Free Lunch Capital: The priority is growing the Vault—more NFTs inside mean better mechanics. This is foundational for Safeboxes. We’re collaborating with DeFi protocols like Wasabi and Particle—whose designs go beyond 2021-era DeFi. For example, Particle explores oracle-free leveraged derivatives; Wasabi builds NFT perpetual-like products. These teams are crafting increasingly sophisticated DeFi systems. We particularly favor oracle-free contracts—they handle bad debt on-chain without relying on external data, greatly enhancing security.
To me, oracles are a transitional phase in DeFi—dependent on centralized mechanisms, which I find inelegant.
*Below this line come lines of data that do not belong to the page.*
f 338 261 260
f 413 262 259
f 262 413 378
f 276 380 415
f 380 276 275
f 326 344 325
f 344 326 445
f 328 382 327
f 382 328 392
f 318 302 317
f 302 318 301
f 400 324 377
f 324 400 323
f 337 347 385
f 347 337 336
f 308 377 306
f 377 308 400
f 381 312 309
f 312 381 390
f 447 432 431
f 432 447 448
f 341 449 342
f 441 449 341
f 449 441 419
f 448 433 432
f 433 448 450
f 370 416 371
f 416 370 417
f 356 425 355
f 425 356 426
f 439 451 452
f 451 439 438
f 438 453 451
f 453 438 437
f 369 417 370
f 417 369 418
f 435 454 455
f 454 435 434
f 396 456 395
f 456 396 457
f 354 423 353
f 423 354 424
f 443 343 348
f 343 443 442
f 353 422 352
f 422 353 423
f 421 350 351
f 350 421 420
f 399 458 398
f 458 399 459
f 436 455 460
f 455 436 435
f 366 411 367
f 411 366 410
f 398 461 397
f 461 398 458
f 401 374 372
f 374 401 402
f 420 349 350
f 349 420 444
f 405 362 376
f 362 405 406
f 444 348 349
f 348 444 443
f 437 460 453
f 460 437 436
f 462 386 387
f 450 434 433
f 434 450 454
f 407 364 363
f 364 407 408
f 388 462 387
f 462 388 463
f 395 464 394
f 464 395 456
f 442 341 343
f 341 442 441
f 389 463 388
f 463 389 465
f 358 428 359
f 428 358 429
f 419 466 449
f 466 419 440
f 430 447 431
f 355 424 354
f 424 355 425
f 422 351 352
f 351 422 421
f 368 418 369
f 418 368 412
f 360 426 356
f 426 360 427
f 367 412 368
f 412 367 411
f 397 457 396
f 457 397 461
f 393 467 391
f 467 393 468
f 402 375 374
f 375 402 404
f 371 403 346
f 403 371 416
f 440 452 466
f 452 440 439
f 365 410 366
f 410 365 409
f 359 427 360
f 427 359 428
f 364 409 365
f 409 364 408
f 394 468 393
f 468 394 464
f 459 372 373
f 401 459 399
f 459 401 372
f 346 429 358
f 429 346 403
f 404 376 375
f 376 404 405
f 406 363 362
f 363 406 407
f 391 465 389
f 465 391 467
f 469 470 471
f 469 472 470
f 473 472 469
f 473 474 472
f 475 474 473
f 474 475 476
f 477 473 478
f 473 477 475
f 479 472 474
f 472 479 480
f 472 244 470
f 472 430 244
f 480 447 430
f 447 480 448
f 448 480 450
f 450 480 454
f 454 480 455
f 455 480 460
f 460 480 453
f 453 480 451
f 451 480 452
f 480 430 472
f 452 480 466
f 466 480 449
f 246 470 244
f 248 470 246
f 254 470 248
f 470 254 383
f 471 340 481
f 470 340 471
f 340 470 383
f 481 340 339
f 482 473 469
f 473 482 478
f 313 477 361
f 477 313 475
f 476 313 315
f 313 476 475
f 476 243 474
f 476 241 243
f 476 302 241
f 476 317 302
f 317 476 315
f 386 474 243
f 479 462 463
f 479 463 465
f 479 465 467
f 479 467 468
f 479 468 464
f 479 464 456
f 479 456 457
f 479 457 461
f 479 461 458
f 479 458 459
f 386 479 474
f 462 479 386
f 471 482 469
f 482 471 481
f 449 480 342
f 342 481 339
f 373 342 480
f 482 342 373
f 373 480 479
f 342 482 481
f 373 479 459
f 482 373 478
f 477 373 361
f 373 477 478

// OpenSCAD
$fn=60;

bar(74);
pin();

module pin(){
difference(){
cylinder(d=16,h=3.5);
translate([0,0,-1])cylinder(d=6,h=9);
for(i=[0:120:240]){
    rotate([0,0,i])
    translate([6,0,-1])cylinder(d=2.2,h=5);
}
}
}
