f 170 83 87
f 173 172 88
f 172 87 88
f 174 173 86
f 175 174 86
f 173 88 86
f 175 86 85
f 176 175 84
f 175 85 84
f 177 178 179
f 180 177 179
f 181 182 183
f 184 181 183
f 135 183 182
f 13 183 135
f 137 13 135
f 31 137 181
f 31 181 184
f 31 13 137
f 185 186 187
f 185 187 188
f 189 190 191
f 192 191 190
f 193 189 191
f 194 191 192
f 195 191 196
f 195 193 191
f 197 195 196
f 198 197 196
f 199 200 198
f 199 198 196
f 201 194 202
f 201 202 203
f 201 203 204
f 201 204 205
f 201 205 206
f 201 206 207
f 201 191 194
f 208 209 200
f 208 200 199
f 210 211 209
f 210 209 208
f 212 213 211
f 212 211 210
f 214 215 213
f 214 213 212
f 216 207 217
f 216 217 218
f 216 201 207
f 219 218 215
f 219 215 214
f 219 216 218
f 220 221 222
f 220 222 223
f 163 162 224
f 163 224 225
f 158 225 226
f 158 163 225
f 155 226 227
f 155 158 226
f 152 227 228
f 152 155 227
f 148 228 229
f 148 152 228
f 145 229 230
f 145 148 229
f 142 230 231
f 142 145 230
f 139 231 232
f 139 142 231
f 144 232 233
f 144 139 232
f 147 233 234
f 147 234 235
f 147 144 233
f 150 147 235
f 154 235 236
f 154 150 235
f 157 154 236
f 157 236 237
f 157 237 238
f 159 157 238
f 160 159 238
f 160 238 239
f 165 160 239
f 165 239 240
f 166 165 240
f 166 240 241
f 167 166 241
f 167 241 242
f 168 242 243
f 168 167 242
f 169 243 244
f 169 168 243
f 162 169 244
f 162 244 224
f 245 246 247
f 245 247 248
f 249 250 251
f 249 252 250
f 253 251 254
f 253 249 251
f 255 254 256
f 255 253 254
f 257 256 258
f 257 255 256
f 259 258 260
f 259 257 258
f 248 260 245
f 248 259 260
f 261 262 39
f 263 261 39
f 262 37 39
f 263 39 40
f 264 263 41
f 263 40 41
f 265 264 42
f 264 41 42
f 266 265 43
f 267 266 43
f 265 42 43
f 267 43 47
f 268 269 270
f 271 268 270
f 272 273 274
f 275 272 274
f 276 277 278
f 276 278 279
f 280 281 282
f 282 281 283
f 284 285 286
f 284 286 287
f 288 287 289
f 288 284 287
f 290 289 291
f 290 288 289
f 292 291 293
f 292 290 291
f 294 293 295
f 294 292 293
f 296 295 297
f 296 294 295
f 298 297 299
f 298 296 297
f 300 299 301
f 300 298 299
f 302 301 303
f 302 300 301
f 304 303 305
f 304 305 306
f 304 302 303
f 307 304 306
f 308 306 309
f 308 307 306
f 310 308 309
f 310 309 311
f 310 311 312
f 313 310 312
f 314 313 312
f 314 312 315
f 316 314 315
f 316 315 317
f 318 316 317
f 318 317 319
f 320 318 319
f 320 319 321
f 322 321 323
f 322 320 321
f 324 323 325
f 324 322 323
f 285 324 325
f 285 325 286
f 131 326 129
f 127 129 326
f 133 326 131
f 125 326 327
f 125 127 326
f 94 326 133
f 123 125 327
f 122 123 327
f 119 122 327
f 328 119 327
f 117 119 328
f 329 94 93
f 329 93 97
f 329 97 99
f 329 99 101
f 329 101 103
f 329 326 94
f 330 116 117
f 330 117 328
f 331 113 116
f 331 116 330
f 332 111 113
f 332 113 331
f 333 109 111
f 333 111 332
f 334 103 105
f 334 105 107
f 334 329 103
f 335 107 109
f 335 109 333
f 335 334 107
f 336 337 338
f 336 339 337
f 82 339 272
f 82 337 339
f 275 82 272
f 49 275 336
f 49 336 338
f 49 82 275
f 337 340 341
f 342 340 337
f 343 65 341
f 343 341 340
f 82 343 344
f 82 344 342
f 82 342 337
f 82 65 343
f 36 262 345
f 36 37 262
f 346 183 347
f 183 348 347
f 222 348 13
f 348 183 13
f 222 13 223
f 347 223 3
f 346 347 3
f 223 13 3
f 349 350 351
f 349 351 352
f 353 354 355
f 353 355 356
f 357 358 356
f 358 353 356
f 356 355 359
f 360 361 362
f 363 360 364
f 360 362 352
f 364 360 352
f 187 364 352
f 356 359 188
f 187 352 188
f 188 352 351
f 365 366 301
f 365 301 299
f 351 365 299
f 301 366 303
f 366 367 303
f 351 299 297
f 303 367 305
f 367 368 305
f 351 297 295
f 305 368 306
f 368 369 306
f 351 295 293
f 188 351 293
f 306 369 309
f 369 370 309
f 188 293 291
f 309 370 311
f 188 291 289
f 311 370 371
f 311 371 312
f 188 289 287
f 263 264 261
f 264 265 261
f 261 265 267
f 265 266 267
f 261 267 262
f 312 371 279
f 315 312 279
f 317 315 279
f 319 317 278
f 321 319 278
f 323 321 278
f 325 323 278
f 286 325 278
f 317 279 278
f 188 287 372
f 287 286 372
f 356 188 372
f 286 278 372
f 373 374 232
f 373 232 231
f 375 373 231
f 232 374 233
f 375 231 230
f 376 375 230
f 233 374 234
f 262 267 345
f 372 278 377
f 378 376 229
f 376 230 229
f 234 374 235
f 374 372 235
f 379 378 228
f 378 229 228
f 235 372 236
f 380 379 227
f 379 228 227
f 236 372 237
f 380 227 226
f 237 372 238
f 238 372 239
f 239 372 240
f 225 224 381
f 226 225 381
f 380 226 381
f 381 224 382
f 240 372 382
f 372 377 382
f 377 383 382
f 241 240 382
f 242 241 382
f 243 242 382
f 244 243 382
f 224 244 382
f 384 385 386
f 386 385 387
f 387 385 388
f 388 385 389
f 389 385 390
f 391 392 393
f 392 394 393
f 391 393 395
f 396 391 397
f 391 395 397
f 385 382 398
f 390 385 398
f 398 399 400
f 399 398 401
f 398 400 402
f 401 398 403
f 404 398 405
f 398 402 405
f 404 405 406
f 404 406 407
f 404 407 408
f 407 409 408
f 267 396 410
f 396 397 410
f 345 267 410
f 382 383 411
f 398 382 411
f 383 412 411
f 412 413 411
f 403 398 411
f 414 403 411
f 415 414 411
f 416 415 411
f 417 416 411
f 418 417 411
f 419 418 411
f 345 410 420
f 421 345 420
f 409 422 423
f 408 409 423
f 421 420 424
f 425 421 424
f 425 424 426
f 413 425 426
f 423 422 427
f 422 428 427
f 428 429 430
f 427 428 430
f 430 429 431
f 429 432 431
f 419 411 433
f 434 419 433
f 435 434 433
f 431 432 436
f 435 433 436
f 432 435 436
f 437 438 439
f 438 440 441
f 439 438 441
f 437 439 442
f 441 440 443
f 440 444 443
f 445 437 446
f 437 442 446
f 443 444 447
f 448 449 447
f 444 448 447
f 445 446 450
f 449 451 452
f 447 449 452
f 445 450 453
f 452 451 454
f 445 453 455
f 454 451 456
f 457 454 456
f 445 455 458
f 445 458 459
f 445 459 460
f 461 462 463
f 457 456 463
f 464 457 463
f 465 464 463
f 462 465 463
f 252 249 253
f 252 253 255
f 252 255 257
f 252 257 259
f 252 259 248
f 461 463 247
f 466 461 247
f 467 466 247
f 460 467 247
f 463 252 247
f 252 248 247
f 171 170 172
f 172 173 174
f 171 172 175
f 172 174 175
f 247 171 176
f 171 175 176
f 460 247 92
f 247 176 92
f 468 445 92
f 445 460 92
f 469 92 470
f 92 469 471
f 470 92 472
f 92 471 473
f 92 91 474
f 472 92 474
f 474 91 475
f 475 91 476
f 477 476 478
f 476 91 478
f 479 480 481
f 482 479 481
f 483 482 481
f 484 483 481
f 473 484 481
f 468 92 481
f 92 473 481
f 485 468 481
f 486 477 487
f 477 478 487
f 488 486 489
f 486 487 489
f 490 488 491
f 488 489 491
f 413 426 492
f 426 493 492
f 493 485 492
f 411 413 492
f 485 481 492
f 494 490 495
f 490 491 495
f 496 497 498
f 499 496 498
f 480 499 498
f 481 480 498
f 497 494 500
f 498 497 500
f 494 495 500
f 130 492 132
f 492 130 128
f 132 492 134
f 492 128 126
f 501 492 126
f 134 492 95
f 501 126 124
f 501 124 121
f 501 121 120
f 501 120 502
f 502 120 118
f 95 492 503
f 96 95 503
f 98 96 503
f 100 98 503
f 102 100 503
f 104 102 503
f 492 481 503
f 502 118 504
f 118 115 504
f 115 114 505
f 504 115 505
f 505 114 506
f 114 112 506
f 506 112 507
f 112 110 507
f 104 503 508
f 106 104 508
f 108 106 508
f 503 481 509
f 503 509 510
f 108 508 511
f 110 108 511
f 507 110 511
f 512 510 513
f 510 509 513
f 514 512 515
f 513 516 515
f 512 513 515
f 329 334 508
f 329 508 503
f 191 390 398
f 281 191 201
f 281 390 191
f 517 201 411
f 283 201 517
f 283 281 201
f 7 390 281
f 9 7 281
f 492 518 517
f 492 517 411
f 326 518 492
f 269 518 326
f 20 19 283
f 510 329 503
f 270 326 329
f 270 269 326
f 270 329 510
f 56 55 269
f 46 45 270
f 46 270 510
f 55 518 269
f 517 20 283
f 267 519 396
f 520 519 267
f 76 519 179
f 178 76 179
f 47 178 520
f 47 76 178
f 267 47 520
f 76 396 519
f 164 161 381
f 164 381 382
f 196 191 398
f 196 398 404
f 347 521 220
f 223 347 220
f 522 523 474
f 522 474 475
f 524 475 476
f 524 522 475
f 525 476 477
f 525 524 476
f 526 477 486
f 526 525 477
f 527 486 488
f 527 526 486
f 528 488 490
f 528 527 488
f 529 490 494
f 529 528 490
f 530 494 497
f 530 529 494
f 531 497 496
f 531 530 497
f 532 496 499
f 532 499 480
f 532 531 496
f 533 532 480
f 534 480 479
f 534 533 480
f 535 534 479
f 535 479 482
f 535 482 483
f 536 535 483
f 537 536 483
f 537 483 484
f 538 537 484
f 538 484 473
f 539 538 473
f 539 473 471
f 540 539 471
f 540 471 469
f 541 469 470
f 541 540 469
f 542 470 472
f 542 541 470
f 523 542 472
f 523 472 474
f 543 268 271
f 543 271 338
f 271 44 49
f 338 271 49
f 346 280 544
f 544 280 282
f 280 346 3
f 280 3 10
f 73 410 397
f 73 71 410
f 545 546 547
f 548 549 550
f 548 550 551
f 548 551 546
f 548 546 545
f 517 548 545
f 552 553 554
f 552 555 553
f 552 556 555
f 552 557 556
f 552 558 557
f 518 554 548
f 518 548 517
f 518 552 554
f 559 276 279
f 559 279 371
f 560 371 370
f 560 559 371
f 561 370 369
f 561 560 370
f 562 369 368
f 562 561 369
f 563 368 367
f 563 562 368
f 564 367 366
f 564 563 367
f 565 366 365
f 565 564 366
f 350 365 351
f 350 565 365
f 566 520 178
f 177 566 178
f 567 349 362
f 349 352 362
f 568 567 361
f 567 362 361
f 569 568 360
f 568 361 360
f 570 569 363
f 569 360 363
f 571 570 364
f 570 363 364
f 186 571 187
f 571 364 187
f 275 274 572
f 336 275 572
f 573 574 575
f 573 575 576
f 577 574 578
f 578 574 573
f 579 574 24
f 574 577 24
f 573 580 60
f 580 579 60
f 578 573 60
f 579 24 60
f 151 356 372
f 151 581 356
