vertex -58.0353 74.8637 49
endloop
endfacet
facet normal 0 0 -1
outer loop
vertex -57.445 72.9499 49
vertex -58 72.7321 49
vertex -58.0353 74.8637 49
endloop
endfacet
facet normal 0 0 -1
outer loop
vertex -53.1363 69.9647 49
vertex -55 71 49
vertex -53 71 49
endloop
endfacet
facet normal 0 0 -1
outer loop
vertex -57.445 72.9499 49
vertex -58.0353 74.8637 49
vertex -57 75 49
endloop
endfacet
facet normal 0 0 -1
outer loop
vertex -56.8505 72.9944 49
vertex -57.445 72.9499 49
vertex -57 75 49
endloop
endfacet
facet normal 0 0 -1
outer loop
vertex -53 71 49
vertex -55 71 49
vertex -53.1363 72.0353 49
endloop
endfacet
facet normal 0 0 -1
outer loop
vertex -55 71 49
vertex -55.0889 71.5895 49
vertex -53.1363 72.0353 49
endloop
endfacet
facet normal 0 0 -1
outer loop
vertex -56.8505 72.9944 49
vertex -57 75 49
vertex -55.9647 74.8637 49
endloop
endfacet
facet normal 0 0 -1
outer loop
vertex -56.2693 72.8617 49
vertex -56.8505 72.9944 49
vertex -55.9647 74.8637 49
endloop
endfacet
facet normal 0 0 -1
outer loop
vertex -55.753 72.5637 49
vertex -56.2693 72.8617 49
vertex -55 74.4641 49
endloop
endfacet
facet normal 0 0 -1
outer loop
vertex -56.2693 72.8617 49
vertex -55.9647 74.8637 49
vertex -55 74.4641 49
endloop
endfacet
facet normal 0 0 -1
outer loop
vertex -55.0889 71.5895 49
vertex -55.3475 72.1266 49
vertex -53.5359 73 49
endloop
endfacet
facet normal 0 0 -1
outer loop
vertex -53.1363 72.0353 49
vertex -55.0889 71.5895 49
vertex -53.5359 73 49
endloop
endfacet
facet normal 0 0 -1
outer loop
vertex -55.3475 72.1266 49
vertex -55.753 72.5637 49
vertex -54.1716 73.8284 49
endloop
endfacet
We’re eager to collaborate with oracle-free protocol types.
BlockBeats: Final question: any plans for fundraising?
Free Lunch Capital: Yes, we plan to raise funds. Initially, we were stubborn—only doing a Strategic round, bringing in figures from the NFT world like dingaling and machibigbrother with small checks, then refusing further funding. But we realized VCs bring visibility and credibility. Blur earned trust beyond the NFT circle largely due to Paradigm’s backing. They highlight “We are backed by Paradigm” in every announcement. I don’t fully endorse the tactic, but it’s simple and effective. For a project to succeed, it needs the right audience watching at the right time.
For this reason, I’m gradually engaging new investors—aiming to bring in vocal, influential capital from the crypto space to co-shape the project’s future.